The Lung-mol GPA system is validated for predicting survival in NSCLC patients with brain metastases undergoing radiotherapy.

## Key findings

- The Lung-mol GPA system showed significant association with survival in NSCLC patients with brain metastases.
- The C-indices for survival prediction were 0.65 for adenocarcinoma and 0.69 for non-adenocarcinoma in the first radiotherapy course.
- The system may be applicable to predict median survival in some patients with adenocarcinoma in the second radiotherapy course.

## Abstract

Purpose: The Lung-mol graded prognostic assessment (GPA) system predicts the prognosis of patients with brain metastases (BM) from non-small cell lung cancer (NSCLC) separately for adenocarcinoma and non-adenocarcinoma. This study aimed to validate the Lung-molGPA system using a cohort of patients in our institution who received radiotherapy for BM.

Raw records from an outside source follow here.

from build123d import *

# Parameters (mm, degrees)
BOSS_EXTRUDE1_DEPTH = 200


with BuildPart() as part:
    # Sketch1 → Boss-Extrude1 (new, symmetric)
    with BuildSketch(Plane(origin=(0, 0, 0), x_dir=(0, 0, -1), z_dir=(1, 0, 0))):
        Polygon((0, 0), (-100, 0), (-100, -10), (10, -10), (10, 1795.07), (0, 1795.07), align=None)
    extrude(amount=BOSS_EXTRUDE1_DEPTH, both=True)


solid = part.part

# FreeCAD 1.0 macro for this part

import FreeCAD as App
import Part
import Sketcher

V = App.Vector


def add_polygon(sketch, points):
    """Adds a closed chain of lines whose ends are joined by coincident constraints."""
    first, n = sketch.GeometryCount, len(points)
    for a, b in zip(points, points[1:] + points[:1]):
        sketch.addGeometry(Part.LineSegment(App.Vector(*a, 0), App.Vector(*b, 0)), False)
    for i in range(n):
        sketch.addConstraint(Sketcher.Constraint("Coincident", first + i, 2, first + (i + 1) % n, 1))

doc = App.newDocument("Part")
body = doc.addObject("PartDesign::Body", "Body")

# Sketch on YZ plane
sketch1 = body.newObject("Sketcher::SketchObject", "Sketch")
sketch1.AttachmentSupport = (doc.getObject("YZ_Plane"), [""])
sketch1.MapMode = "FlatFace"
add_polygon(sketch1, [(0, 0), (0, 100), (-10, 100), (-10, -10), (1795.07, -10), (1795.07, 0)])  # lines 0-5
sketch1.addConstraint([
    Sketcher.Constraint("Vertical", 0),
    Sketcher.Constraint("Horizontal", 1),
    Sketcher.Constraint("Vertical", 2),
    Sketcher.Constraint("Horizontal", 3),
    Sketcher.Constraint("Vertical", 4),
    Sketcher.Constraint("Horizontal", 5),
    Sketcher.Constraint("Coincident", 5, 2, -1, 1),
    Sketcher.Constraint("Equal", 1, 4),
    Sketcher.Constraint("DistanceX", 1, 2, 1, 1, 10.0),
    Sketcher.Constraint("DistanceY", 0, 1, 0, 2, 100.0),
    Sketcher.Constraint("DistanceX", 3, 1, 3, 2, 1805.07),
])
pad1 = body.newObject("PartDesign::Pad", "Pad")
pad1.Profile = sketch1
pad1.Length = 400
pad1.Midplane = True

doc.recompute()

Materials and methods: Three hundred and thirty-nine patients with NSCLC who received their first course of radiotherapy for BM were included in the analysis. Among them, 65 received their second course of radiotherapy for BM. Data on sex, age, Karnofsky performance status (KPS), extracranial metastases (ECM), number of BM, histological type, and gene mutations were collected according to the Lung-molGPA system. We examined the validity of the scores assigned to the factors included in the Lung-molGPA system, separately for adenocarcinoma and non-adenocarcinoma. In addition, we validated the Lung-molGPA system to predict survival during both the first and second courses of radiotherapy.

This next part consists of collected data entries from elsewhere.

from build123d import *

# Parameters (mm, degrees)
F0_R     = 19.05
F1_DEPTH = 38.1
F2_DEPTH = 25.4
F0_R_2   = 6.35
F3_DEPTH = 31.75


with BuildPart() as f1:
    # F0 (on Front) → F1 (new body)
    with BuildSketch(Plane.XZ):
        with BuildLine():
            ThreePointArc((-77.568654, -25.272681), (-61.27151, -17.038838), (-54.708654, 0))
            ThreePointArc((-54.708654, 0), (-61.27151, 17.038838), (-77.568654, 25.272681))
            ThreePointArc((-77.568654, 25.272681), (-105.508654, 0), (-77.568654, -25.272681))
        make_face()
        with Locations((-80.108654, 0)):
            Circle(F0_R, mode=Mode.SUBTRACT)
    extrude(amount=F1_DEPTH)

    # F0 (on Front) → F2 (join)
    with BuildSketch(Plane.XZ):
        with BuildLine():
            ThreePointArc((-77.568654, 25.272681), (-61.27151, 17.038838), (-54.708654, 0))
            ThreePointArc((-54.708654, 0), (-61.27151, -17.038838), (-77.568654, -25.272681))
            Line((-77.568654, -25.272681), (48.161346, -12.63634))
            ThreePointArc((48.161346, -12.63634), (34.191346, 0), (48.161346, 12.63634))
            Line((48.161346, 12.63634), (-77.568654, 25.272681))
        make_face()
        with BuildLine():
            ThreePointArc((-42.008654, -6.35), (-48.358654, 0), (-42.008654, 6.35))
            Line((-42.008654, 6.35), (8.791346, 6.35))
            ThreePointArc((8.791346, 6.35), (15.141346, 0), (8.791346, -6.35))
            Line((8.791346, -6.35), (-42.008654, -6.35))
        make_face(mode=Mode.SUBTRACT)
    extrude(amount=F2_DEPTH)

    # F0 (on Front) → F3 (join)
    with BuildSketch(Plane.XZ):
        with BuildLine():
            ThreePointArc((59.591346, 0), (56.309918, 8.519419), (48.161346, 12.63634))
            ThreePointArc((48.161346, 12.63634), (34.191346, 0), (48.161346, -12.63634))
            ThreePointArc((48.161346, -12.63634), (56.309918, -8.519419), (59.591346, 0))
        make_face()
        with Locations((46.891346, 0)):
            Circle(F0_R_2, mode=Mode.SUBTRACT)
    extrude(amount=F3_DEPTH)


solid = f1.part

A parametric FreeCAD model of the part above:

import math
import FreeCAD as App
import Part
import Sketcher
Q = App.Units.Quantity

doc = App.newDocument("Part")
body = doc.addObject("PartDesign::Body", "Body")

# Sketch on XZ plane
sketch1 = body.newObject("Sketcher::SketchObject", "Sketch")
sketch1.AttachmentSupport = (doc.getObject("XZ_Plane"), [""])
sketch1.MapMode = "FlatFace"
sketch1.addGeometry([
    Part.ArcOfCircle(Part.Circle(App.Vector(-80, 0, 0), App.Vector(0, 0, 1), 25), math.radians(-84), math.radians(0)),
    Part.ArcOfCircle(Part.Circle(App.Vector(-80, 0, 0), App.Vector(0, 0, 1), 25), math.radians(0), math.radians(84)),
    Part.ArcOfCircle(Part.Circle(App.Vector(-80, 0, 0), App.Vector(0, 0, 1), 25), math.radians(84), math.radians(276)),
    Part.Circle(App.Vector(-80, 0, 0), App.Vector(0, 0, 1), 19),
], False)
sketch1.addConstraint([
    Sketcher.Constraint("Tangent", 0, 2, 1, 1),
    Sketcher.Constraint("Tangent", 1, 2, 2, 1),
    Sketcher.Constraint("Tangent", 2, 2, 0, 1),
    Sketcher.Constraint("Coincident", 3, 3, 0, 3),
    Sketcher.Constraint("Symmetric", 1, 2, 2, 2, -1),
    Sketcher.Constraint("PointOnObject", 0, 2, -1),
    Sketcher.Constraint("Radius", 0, Q("1 in")),
    Sketcher.Constraint("Diameter", 3, Q("1.5 in")),
    Sketcher.Constraint("DistanceX", 0, 3, 1, 2, Q("0.1 in")),
    Sketcher.Constraint("DistanceX", 0, 3, -1, 1, Q("80.108655 mm")),
])
pad1 = body.newObject("PartDesign::Pad", "Pad")
pad1.Profile = sketch1
pad1.Length = Q("1.5 in")

# Sketch on XZ plane
sketch2 = body.newObject("Sketcher::SketchObject", "Sketch001")
sketch2.AttachmentSupport = (doc.getObject("XZ_Plane"), [""])
sketch2.MapMode = "FlatFace"
sketch2.addGeometry([
    Part.ArcOfCircle(Part.Circle(App.Vector(-80, 0, 0), App.Vector(0, 0, 1), 25), math.radians(0), math.radians(84)),  # 0
    Part.ArcOfCircle(Part.Circle(App.Vector(-80, 0, 0), App.Vector(0, 0, 1), 25), math.radians(-84), math.radians(0)),  # 1
    Part.LineSegment(App.Vector(-78, -25, 0), App.Vector(48, -13, 0)),  # 2
    Part.ArcOfCircle(Part.Circle(App.Vector(47, 0, 0), App.Vector(0, 0, 1), 13), math.radians(84), math.radians(276)),  # 3
    Part.LineSegment(App.Vector(48, 13, 0), App.Vector(-78, 25, 0)),  # 4
    Part.LineSegment(App.Vector(9, -6, 0), App.Vector(-42, -6, 0)),  # 5
    Part.ArcOfCircle(Part.Circle(App.Vector(-42, 0, 0), App.Vector(0, 0, 1), 6), math.radians(90), math.radians(270)),  # 6
    Part.LineSegment(App.Vector(-42, 6, 0), App.Vector(9, 6, 0)),  # 7
    Part.ArcOfCircle(Part.Circle(App.Vector(9, 0, 0), App.Vector(0, 0, 1), 6), math.radians(-90), math.radians(90)),  # 8
], False)
sketch2.addConstraint([
    Sketcher.Constraint("Tangent", 0, 1, 1, 2),
    Sketcher.Constraint("Tangent", 1, 1, 2, 1),
    Sketcher.Constraint("Tangent", 2, 2, 3, 2),
    Sketcher.Constraint("Tangent", 3, 1, 4, 1),
    Sketcher.Constraint("Tangent", 4, 2, 0, 2),
    Sketcher.Constraint("Tangent", 5, 2, 6, 2),
    Sketcher.Constraint("Tangent", 6, 1, 7, 1),
    Sketcher.Constraint("Tangent", 7, 2, 8, 2),
    Sketcher.Constraint("Tangent", 8, 1, 5, 1),
    Sketcher.Constraint("Horizontal", 5),
    Sketcher.Constraint("Horizontal", 7),
    Sketcher.Constraint("Equal", 0, 1),
    Sketcher.Constraint("Symmetric", 2, 2, 3, 1, -1),
    Sketcher.Constraint("PointOnObject", 6, 3, -1),
    Sketcher.Constraint("PointOnObject", 0, 1, -1),
    Sketcher.Constraint("Radius", 0, Q("1 in")),
    Sketcher.Constraint("Radius", 3, Q("0.5 in")),
    Sketcher.Constraint("DistanceX", 5, 2, 5, 1, Q("2 in")),
    Sketcher.Constraint("Radius", 6, Q("0.25 in")),
    Sketcher.Constraint("DistanceX", 0, 3, 3, 3, Q("5 in")),
    Sketcher.Constraint("DistanceX", 0, 3, 6, 3, Q("1.5 in")),
    Sketcher.Constraint("DistanceX", 0, 3, -1, 1, Q("80.108655 mm")),
])
pad2 = body.newObject("PartDesign::Pad", "Pad001")
pad2.Profile = sketch2
pad2.Length = Q("1 in")

# Sketch on XZ plane
sketch3 = body.newObject("Sketcher::SketchObject", "Sketch002")
sketch3.AttachmentSupport = (doc.getObject("XZ_Plane"), [""])
sketch3.MapMode = "FlatFace"
sketch3.addGeometry([
    Part.ArcOfCircle(Part.Circle(App.Vector(47, 0, 0), App.Vector(0, 0, 1), 13), math.radians(0), math.radians(84)),
    Part.ArcOfCircle(Part.Circle(App.Vector(47, 0, 0), App.Vector(0, 0, 1), 13), math.radians(84), math.radians(276)),
    Part.ArcOfCircle(Part.Circle(App.Vector(47, 0, 0), App.Vector(0, 0, 1), 13), math.radians(-84), math.radians(0)),
    Part.Circle(App.Vector(47, 0, 0), App.Vector(0, 0, 1), 6),
], False)
sketch3.addConstraint([
    Sketcher.Constraint("Tangent", 0, 2, 1, 1),
    Sketcher.Constraint("Tangent", 1, 2, 2, 1),
    Sketcher.Constraint("Tangent", 2, 2, 0, 1),
    Sketcher.Constraint("Coincident", 3, 3, 0, 3),
    Sketcher.Constraint("Symmetric", 0, 2, 1, 2, -1),
    Sketcher.Constraint("PointOnObject", 2, 2, -1),
    Sketcher.Constraint("Diameter", 3, Q("0.5 in")),
    Sketcher.Constraint("Radius", 0, Q("0.5 in")),
    Sketcher.Constraint("DistanceX", 0, 3, 0, 2, Q("0.05 in")),
    Sketcher.Constraint("DistanceX", -1, 1, 0, 3, Q("46.891347 mm")),
])
pad3 = body.newObject("PartDesign::Pad", "Pad002")
pad3.Profile = sketch3
pad3.Length = Q("1.25 in")

doc.recompute()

Results: The factors in the Lung-molGPA were significantly associated with survival, except for age in non-adenocarcinoma with marginal significance. Regarding discrimination ability, the C-indices were 0.65 and 0.69 for adenocarcinoma and non-adenocarcinoma, respectively, in the first course of radiotherapy for BM, while those in the second course were 0.62 and 0.74, respectively. Survival prediction by Lung-molGPA was almost consistent with actual survival in the first course of radiotherapy, except for the score of 0-1.0 in both histologies and 2.5-3.0 in non-adenocarcinoma. In the second course of radiotherapy, median survival could be predicted for some patients with adenocarcinoma.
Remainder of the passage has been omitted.